数百人規模、リクルートのPdMはどんな組織で何をしている? ※以下、敬称略

――お二人のご経歴と業務を教えてください。

白川: 前職は化粧品メーカーでECサイトを運営していました。リクルートに転職したのは2017年で、当初は「SUUMO」のプロダクトデザイン室(以下:プロデザ)に配属されました。一時期はプロダクトマネジメント室(以下:プロマネ)とプロデザのグループマネジャーを兼務していましたが、現在は後者に絞っています。

小田: リクルートでは、世にいうプロダクトマネジメントを行う部がプロデザで、事業企画のようなお仕事をする部がプロマネなんです。

白川: そう、初見だと分かりにくいんですけど(笑)。小田さんは、前職ITコンサルタントだったんですよね?

小田: はい、大学時代に「自分で事業をつくりたい」と考え、多様な企業と協働できるコンサルタントを選びました。でも、徐々にプロダクトそのものについての知見を得たいと感じるようになって、17年にリクルートへ。当時はまだ新領域だった「ポンパレモール」「保険チャンネル」に配属され、以来、事業開発フェーズのプロダクトに携わっています。

――プロデザとはどのような組織で、どのように仕事を進めているのですか?

白川: リクルートのほぼ全てのプロダクトに関わる部門ですが、旅行や飲食、住まいといった事業ドメインで領域を分けており、PdMのほか2職種(デザインディレクター、クライアントサクセス)が各プロダクトにコミットしています。人数でいうと、PdMだけでも数百人規模になるかな。

小田: 領域は縦軸なんですが、そこに機能(役割)別に横軸でマーケティング組織やエンジニア組織もあります。PdMもこの横軸組織の1つで、例えばPdMが「こういうプロダクトをつくろう」といえば、横軸の組織と密に連携しながら開発を進めます。プロデザに所属するメンバーのバックグラウンドも、営業、デザイナー、SIerなどいろいろです。

PdMに必要な視点 プロダクトに関わるメンバーの価値を最大化するためには?

――部としての行動指針はありますか?

小田: 事業開発領域では「最速で最高のカスタマー体験をつくり、最大効果を追求する」ことをテーマに掲げています。一番入口のところからゴールを見据えた上で緻密な仮説設計を行い、具体的な推進を行うことが「最速」につながり、既存の何かを改善するのではなく180度違った発想を持つことが「最高」の体験を生む。こういった視点で、PDCAを回すスピードとプロダクト品質を両立することで「最大効果」を得る――これをうちの部では“最・最・最”と呼んでいます(笑)

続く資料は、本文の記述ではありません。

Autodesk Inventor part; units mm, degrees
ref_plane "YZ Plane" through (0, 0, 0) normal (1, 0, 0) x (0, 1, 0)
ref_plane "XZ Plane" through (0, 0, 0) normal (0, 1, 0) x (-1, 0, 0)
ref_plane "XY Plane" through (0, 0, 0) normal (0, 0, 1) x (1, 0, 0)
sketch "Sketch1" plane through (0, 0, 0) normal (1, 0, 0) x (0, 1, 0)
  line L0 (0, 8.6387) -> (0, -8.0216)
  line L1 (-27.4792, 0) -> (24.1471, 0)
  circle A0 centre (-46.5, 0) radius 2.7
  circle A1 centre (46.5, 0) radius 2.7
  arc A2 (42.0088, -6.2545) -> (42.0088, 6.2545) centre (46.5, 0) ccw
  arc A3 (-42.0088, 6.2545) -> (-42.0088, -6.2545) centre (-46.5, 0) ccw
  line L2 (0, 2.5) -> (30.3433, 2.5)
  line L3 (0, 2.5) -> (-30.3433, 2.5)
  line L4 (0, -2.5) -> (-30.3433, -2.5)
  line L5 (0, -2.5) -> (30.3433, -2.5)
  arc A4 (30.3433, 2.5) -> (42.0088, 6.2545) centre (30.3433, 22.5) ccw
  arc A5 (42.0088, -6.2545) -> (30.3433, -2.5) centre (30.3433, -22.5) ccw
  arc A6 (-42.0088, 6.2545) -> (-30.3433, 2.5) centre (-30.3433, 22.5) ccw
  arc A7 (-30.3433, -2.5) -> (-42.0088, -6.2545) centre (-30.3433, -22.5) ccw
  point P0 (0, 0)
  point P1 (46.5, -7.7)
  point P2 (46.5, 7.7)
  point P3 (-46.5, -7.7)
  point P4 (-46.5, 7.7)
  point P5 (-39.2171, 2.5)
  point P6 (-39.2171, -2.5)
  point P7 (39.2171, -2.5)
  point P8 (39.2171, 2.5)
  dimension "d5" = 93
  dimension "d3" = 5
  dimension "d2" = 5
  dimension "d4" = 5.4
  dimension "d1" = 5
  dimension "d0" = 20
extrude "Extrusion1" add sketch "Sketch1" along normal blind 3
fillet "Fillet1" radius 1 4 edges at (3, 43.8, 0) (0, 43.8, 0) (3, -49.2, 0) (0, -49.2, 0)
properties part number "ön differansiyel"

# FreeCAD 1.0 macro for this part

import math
import FreeCAD as App
import Part
import Sketcher

V = App.Vector


def edges_at(feature, points):
    """Names of the edges that pass closest to the given points."""
    edges = feature.Shape.Edges
    near = lambda p: min(range(len(edges)), key=lambda i: edges[i].distToShape(Part.Vertex(*p))[0])
    return sorted({f"Edge{near(p) + 1}" for p in points})

doc = App.newDocument("Part")
body = doc.addObject("PartDesign::Body", "Body")

sketch1 = doc.addObject("Sketcher::SketchObject", "Sketch")
body.addObject(sketch1)
sketch1.AttachmentSupport = (doc.YZ_Plane, [""])
sketch1.MapMode = "FlatFace"
sketch1.addGeometry([
    Part.LineSegment(V(30.3, 2.5, 0), V(-30.3, 2.5, 0)),
    Part.ArcOfCircle(Part.Circle(V(-30.3, 22.5, 0), V(0, 0, 1), 20), math.radians(-126), math.radians(-90)),
    Part.ArcOfCircle(Part.Circle(V(-46.5, 0, 0), V(0, 0, 1), 7.7), math.radians(54), math.radians(306)),
    Part.ArcOfCircle(Part.Circle(V(-30.3, -22.5, 0), V(0, 0, 1), 20), math.radians(90), math.radians(126)),
    Part.LineSegment(V(-30.3, -2.5, 0), V(30.3, -2.5, 0)),
    Part.ArcOfCircle(Part.Circle(V(30.3, -22.5, 0), V(0, 0, 1), 20), math.radians(54), math.radians(90)),
    Part.ArcOfCircle(Part.Circle(V(46.5, 0, 0), V(0, 0, 1), 7.7), math.radians(-126), math.radians(126)),
    Part.ArcOfCircle(Part.Circle(V(30.3, 22.5, 0), V(0, 0, 1), 20), math.radians(-90), math.radians(-54)),
    Part.Circle(V(46.5, 0, 0), V(0, 0, 1), 2.7),
    Part.Circle(V(-46.5, 0, 0), V(0, 0, 1), 2.7),
], False)
sketch1.addConstraint([
    Sketcher.Constraint("Tangent", 0, 2, 1, 2),
    Sketcher.Constraint("Tangent", 1, 1, 2, 1),
    Sketcher.Constraint("Tangent", 2, 2, 3, 2),
    Sketcher.Constraint("Tangent", 3, 1, 4, 1),
    Sketcher.Constraint("Tangent", 4, 2, 5, 2),
    Sketcher.Constraint("Tangent", 5, 1, 6, 1),
    Sketcher.Constraint("Tangent", 6, 2, 7, 2),
    Sketcher.Constraint("Tangent", 7, 1, 0, 1),
    Sketcher.Constraint("Horizontal", 0),
    Sketcher.Constraint("Horizontal", 4),
    Sketcher.Constraint("Coincident", 8, 3, 6, 3),
    Sketcher.Constraint("Coincident", 9, 3, 2, 3),
    Sketcher.Constraint("Equal", 1, 3),
    Sketcher.Constraint("Equal", 3, 5),
    Sketcher.Constraint("Equal", 2, 6),
    Sketcher.Constraint("Equal", 5, 7),
    Sketcher.Constraint("Equal", 8, 9),
    Sketcher.Constraint("Symmetric", 1, 3, 5, 3, -1, 1),
    Sketcher.Constraint("Symmetric", 2, 3, 6, 3, -2),
    Sketcher.Constraint("Radius", 1, 20.0),
    Sketcher.Constraint("Diameter", 8, 5.4),
    Sketcher.Constraint("DistanceX", 2, 3, 6, 3, 93.0),
    Sketcher.Constraint("DistanceY", 3, 1, 0, 2, 5.0),
    Sketcher.Constraint("Radius", 2, 7.7),
])
pad1 = doc.addObject("PartDesign::Pad", "Pad")
body.addObject(pad1)
pad1.Profile = sketch1
pad1.Length = 3
doc.recompute()

fillet = doc.addObject("PartDesign::Fillet", "Fillet")
body.addObject(fillet)
fillet.Base = (pad1, edges_at(pad1, [
    (3, 43.8, 0),
    (0, 43.8, 0),
    (3, -49.2, 0),
    (0, -49.2, 0),
]))
fillet.Radius = 1

doc.recompute()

白川: 新規事業を担う、事業開発領域ならではのスタイルですね。

小田: 新規事業には「見えていないこと」「分からないこと」が圧倒的に多いです。それを明瞭にした上で深掘りしながら仮説を立て、検証設計を固めてから前進する。それが、手戻りをなくすことにつながり、ゴールに到達する一番の近道になると思うんですよね。住まい領域はどうですか?

白川: マーケットが大きく、古い商習慣も多く残っている領域なので、「前提を疑う」ことを重視しています。例えばPdMとしてやりたいことがあったとき、過去事例に照らし合わせてメンバーが諦めちゃうようなことがままあって。だけど、都市伝説的に受け継がれているだけの習慣であることも多いんですよね。だから、今の事業フェーズを背景に「あるべきもの」「なくてもいいもの」をフラットに考えて、不足パーツを足していく。そんな考え方や行動を部の中では大事にしています。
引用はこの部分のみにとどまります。